I wanted something that would also serve as a light "tractor" for me.  I have some food plot work in some tight spots that I needed a little bigger unit.


I asked a guy who owns several ATV's of all major manf.  His family rides hard.  His personal one was a Polaris 500.  He abuses it and it's taken everything he can do to punish it.

I bought one new back last summer and I have to say that it's been great.  Very stable and smooth ride.....liquid cooled....loaded with features and a great value.

Good luck...you can't go wrong with either a Honda or a Polaris IMHO.


----------



## Kreed5821 (May 23, 2006)

captainhook said:
			
		

> I had an ATV silencer on my 03 Griz. They aren't worth the money in my opinion. On a 4 wheeler with smaller displacement motors they'd probably have a bigger impact.


 
Did you have one of these?






http://www.cabelas.com/cabelas/en/content/Pod/01/44/20/p014420sq06.jpg

http://www.atvsilencer.com/

The second one has a demonstration of the difference that they claim to make.


----------



## GAGE (May 23, 2006)

HONDA!!
My 99 2wd Fourtraxx has never let me down but the new camo Rincon is sweet but high $!


----------



## captainhook (May 24, 2006)

Kreed, it was the silencer.


----------



## Randy (May 24, 2006)

Honda.


----------



## Kreed5821 (May 24, 2006)

captainhook said:
			
		

> Kreed, it was the silencer.


 
Thanks.  I'd be ticked off if I bought something for that price and it didn't do what they claimed.


----------



## 257 roberts (May 24, 2006)

HONDA RANCHER 4x4


----------



## ponyboy (May 24, 2006)

polaris , it s my way out ........


----------



## kudzumotorsports (May 24, 2006)

My honda rincon is has been great, I pull a set of disc harrows, its sporty the  racks arent ugly, its fast 60- 65 mph, selectable 2x4 - 4x4, manual or auto shift, independent rear suspension. Honda does the same thing on its atvs as it does with its  cars - they dont have the flashy stuff simply because they dont need it.

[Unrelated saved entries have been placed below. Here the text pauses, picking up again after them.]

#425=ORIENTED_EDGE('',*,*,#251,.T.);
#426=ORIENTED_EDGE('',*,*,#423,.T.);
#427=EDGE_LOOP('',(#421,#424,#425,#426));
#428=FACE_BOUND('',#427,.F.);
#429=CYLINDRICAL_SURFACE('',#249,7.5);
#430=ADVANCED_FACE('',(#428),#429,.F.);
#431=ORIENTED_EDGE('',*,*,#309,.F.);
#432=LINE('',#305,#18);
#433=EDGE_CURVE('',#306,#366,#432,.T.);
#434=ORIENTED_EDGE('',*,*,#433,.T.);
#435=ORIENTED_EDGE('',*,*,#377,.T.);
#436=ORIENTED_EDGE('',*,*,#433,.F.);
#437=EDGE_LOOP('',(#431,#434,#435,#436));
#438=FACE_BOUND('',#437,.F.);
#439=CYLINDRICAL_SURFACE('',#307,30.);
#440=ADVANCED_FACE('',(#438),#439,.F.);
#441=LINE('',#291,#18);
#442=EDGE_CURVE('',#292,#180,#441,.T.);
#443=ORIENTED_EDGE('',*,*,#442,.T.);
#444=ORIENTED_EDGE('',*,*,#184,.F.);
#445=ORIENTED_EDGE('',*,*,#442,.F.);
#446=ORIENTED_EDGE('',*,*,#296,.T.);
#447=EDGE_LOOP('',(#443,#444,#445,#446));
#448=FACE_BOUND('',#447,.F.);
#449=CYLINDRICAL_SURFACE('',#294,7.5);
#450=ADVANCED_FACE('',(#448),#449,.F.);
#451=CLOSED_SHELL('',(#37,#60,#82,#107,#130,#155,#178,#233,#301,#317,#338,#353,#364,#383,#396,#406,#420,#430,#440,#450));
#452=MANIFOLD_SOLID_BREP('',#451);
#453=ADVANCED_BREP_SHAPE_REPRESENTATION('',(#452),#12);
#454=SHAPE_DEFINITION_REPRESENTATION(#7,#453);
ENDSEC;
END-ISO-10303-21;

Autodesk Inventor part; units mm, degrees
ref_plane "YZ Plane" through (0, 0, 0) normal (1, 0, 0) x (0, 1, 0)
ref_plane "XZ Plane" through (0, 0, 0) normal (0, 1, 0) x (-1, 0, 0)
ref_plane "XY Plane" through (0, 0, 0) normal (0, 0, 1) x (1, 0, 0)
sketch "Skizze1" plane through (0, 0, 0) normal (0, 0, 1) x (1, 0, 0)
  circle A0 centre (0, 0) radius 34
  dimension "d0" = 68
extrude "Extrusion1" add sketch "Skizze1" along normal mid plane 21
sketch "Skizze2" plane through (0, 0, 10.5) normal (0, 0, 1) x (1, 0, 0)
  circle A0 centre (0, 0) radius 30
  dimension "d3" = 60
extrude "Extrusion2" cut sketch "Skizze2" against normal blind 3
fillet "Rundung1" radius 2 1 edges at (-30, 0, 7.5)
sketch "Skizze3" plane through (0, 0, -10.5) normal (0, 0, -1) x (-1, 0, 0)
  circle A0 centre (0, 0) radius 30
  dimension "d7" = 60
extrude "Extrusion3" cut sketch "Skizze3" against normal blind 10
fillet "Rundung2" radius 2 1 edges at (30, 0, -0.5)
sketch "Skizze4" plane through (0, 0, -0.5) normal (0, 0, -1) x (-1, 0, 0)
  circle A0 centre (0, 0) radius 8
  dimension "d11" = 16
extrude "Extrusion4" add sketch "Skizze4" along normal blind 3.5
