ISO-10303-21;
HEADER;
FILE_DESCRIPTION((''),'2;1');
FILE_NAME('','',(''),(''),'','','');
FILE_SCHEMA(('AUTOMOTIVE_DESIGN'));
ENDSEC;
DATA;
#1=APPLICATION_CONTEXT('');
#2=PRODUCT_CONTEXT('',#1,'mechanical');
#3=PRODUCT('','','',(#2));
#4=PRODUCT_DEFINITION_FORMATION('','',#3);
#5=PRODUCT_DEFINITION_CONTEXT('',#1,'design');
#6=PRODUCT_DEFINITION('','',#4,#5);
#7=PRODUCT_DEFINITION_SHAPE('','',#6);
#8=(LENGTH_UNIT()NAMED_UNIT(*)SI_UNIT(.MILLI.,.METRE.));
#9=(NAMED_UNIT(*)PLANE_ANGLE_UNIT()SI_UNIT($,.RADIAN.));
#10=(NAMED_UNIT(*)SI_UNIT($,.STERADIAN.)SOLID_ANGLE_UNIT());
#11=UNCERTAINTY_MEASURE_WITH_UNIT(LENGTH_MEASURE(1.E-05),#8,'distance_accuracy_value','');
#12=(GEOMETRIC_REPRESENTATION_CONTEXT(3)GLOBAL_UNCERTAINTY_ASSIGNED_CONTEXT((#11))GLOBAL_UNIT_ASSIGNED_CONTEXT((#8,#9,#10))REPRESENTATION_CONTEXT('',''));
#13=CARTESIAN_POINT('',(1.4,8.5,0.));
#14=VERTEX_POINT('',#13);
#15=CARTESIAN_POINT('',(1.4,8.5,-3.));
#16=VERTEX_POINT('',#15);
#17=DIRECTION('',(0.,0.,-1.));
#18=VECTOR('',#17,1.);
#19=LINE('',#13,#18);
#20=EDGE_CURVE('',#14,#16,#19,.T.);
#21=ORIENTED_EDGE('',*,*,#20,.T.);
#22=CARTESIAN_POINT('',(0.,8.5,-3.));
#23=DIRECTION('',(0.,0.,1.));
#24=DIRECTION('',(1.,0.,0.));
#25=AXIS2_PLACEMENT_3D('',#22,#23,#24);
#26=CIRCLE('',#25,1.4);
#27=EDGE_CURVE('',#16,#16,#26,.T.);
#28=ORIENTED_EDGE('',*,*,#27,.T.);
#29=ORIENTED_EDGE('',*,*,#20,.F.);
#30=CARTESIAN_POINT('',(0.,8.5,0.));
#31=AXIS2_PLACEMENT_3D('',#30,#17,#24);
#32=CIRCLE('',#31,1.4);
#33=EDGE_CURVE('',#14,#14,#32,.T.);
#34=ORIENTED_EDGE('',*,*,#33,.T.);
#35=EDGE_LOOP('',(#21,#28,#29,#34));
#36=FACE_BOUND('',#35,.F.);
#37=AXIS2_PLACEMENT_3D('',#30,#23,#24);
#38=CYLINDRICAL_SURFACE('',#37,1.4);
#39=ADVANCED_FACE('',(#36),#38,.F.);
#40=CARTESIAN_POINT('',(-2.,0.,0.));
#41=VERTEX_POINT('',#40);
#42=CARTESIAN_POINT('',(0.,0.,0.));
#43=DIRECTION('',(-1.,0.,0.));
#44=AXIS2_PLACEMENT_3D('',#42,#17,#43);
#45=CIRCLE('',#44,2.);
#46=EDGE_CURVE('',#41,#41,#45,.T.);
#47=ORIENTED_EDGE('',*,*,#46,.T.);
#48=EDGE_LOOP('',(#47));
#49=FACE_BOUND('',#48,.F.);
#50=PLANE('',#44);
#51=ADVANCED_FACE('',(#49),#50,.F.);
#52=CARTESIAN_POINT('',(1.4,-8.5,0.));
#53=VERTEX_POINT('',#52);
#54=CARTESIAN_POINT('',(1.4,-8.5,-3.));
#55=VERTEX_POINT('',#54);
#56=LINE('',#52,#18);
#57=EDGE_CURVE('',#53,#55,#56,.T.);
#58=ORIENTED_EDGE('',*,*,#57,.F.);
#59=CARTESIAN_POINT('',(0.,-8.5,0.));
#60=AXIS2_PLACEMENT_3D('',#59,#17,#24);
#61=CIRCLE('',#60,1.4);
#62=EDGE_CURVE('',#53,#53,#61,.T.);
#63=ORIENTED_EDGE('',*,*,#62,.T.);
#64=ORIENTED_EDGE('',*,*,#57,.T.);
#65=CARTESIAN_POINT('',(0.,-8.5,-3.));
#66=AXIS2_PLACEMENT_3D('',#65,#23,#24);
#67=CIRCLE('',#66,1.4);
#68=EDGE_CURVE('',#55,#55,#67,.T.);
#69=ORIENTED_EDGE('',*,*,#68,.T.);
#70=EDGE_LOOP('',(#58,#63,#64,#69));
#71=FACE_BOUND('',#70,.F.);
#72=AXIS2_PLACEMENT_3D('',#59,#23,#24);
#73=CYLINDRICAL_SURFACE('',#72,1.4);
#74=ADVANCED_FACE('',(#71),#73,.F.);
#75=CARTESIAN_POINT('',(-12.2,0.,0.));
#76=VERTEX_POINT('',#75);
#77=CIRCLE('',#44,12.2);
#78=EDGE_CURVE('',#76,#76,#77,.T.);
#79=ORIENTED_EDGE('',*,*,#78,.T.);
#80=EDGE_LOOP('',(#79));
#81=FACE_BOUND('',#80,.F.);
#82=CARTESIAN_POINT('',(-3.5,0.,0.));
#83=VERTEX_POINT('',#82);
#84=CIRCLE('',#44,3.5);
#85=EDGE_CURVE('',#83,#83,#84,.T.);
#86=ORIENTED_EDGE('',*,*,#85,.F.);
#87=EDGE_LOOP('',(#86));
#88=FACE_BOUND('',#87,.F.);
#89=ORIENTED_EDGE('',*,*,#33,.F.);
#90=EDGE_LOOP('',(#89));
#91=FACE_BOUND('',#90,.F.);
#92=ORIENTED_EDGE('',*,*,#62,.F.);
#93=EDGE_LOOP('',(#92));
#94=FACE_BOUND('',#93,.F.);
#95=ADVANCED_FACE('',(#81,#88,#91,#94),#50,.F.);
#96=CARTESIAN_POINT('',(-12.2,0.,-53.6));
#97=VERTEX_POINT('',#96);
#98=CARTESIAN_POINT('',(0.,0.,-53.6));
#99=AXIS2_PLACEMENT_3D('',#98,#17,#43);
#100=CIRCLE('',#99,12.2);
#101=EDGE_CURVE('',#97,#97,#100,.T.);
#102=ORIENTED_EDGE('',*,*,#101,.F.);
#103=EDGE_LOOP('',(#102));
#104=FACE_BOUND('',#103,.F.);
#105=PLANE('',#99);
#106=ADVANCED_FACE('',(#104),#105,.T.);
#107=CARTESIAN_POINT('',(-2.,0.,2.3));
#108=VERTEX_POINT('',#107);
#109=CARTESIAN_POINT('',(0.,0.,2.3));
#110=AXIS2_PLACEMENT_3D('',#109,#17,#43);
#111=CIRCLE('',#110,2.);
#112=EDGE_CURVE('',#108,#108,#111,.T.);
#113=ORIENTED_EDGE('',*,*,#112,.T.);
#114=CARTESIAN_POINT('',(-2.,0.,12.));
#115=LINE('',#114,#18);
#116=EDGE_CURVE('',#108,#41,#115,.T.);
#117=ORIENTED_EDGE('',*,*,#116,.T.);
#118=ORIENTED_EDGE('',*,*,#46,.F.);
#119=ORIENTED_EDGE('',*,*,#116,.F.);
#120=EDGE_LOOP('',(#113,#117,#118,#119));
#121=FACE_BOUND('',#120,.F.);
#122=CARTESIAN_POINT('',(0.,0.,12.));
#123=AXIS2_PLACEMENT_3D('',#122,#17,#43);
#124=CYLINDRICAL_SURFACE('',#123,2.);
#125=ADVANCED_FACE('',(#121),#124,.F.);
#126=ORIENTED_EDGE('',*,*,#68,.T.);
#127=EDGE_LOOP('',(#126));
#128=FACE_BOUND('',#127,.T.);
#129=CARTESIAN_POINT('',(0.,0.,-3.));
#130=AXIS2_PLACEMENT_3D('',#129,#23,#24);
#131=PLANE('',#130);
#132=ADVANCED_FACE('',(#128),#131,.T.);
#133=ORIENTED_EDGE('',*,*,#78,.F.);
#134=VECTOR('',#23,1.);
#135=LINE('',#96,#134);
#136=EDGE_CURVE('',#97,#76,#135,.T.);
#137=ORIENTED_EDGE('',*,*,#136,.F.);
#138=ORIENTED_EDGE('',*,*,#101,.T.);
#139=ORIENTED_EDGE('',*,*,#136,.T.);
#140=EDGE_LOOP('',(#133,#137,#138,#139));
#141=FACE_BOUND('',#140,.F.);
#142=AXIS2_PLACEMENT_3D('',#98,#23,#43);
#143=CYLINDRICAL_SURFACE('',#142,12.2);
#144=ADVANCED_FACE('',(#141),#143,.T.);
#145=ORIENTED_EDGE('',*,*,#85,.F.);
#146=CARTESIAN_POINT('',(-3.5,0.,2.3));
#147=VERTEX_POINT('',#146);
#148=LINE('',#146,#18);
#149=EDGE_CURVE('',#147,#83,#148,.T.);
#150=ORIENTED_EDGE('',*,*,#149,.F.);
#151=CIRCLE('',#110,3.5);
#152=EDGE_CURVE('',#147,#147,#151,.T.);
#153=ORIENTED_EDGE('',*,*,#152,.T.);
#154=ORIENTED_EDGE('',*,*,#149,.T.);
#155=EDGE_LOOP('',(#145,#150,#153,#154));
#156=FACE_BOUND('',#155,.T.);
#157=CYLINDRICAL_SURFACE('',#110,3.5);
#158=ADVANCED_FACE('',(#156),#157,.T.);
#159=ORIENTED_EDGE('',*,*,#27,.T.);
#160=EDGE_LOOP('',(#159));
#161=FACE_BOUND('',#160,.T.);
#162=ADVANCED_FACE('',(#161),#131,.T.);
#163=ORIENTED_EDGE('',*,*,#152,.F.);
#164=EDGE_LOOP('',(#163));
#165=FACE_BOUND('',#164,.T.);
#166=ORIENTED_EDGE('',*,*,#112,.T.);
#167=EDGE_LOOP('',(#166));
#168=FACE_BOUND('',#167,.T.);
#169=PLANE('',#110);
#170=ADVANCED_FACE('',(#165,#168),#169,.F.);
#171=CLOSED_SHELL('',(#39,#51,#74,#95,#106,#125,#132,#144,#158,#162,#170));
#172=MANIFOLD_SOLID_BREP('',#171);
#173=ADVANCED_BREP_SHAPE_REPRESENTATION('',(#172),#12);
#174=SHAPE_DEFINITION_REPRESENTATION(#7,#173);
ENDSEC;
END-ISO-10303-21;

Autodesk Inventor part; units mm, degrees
ref_plane "YZ Plane" through (0, 0, 0) normal (1, 0, 0) x (0, 1, 0)
ref_plane "XZ Plane" through (0, 0, 0) normal (0, 1, 0) x (-1, 0, 0)
ref_plane "XY Plane" through (0, 0, 0) normal (0, 0, 1) x (1, 0, 0)
sketch "草圖1" plane through (0, 0, 0) normal (0, 1, 0) x (-1, 0, 0)
  line L0 (12.2, 0) -> (-12.2, 0)
  line L1 (-12.2, 0) -> (-12.2, -53.6)
  line L2 (-12.2, -53.6) -> (12.2, -53.6)
  line L3 (12.2, -53.6) -> (12.2, 0)
  line L4 (2, 0) -> (-2, 0)
  line L5 (-2, 0) -> (-2, 12)
  line L6 (-2, 12) -> (2, 12)
  line L7 (2, 12) -> (2, 0)
  line L8 (3.5, 0) -> (-3.5, 0)
  line L9 (-3.5, 0) -> (-3.5, 2.3)
  line L10 (-3.5, 2.3) -> (3.5, 2.3)
  line L11 (3.5, 2.3) -> (3.5, 0)
  line L12 (2, 4) -> (-2, 4)
  line L13 (8.5, 0) -> (8.5, -53.6)
  line L14 (-8.5, 0) -> (-8.5, -53.6)
  line L15 (0, 0) -> (0, -53.6)
  line L16 (0, 0) -> (0, 12)
  point P0 (-8.5, -26.8)
  point P1 (0, 2.3)
  point P2 (2, 2.3)
  dimension "d1" = 8
  dimension "d2" = 9.7
  dimension "d4" = 17
  dimension "d5" = 24.4
  dimension "d6" = 53.6
  dimension "d7" = 3.7
  dimension "d8" = 4
  dimension "d9" = 7
  dimension "d10" = 2.3
revolve "迴轉1" add sketch "草圖1" angle 360 about axis through (0, 0, 0) along (0, 0, -1) contours L3 L2 L13 L0 | L13 L2 L15 L0 | L0 L7 L10 L11
sketch "草圖4" plane through (0, 0, 0) normal (0, 0, 1) x (1, 0, 0)
  circle A0 centre (0, 0) radius 8.5
  circle A1 centre (0, 8.5) radius 1.4
  circle A2 centre (0, -8.5) radius 1.4
  dimension "d21" = 17
  dimension "d22" = 2.8
  dimension "d23" = 2.8
extrude "擠出3" cut sketch "草圖4" against normal blind 3 contours A1 A0 | A0 A1 | A2 A0 | A0 A2
properties part number "馬達"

But thats just my two cents.


----------



## runs with scissors (May 29, 2006)

Honda Rancher.


----------



## Unicoidawg (May 30, 2006)

*Arctic Cat*

Honda's are great, but try some of the others as well....I like the Arctic Cat 650 v twin or the 500.  They ride a lot better with the independent suspension than the striaght axles.... We took a trip to Tellico Sunday and had some guys with us on Honda's and they swapped out for a while.  Both swore they were gonna sell their bikes and get something with independent suspension.  Anyway good luck and make sure you buy what U want U gotta pay for it.
www.ngatv.com
Unicoidawg


----------



## pjohns (Jun 1, 2006)

Polaris


----------



## outdoorgirl (Jun 1, 2006)

Polaris makes good ATVs, but I loved my Kodiak 500 all time 4 wheel drive that I use to have.


----------



## Arrow3 (Jun 1, 2006)

I don't want anything thats all the time 4 wheel drive....They ride to rough to me..


----------



## Darkhorse (Jun 2, 2006)

Polaris only.
They are the tuffest built, most rugged, and hard terrain usable of all of them.
The Polaris AWD system is to die for. It is the only one that works this way. You stay in 2wd until the rear wheels slip 1/5 turn then both front wheels engage for true 4WD, not 3WD but 4WD locked in. When the rear wheels regain traction the front automatically disengages. This all works so smooth you often don't know you are in 4wd.
Absolutely the best system on any that I've owned or ridden yet.
The extra weight is not a problem either. The weight is needed for traction. And the powerful engines compliment this weight perfectly.
And with the fully independent suspension front and rear they ride like a caddy. And are the least likely to turn over in the rough stuff.
I have an 03 SP600 and if it ever gives up the ghost the only question is which Polaris will I replace it with.


----------



## Dub (Jun 2, 2006)

Very well said Darkhorse.  I agree completely.


----------



## TJay (Jun 2, 2006)

I likes the Yammies, and if I were getting one tomorrow (and I wish I was) it would be a Kodiak.


----------



## outdoorgirl (Jun 2, 2006)

I like it rough!!!   ......They are not that bad.







			
				Arrow3 said:
			
		

> I don't want anything thats all the time 4 wheel drive....They ride to rough to me..


----------



## Kreed5821 (Jun 2, 2006)

outdoorgirl said:
			
		

> I like it rough!!!  ......They are not that bad.


 
Hahahahha


----------



## Unicoidawg (Jun 2, 2006)

I like a Polaris too........ but they are the biggest pain in the world to work on.  And yes they do tear up, just like any of the others out there.  My buddy has a HO 500 and I like to ride that thing, so I'm not a Polaris hater just stating a well known fact. 
Unicoidawg


----------



## Gadget (Jun 2, 2006)

I bought a Suzuki King Quad 700 last year, very happy with it.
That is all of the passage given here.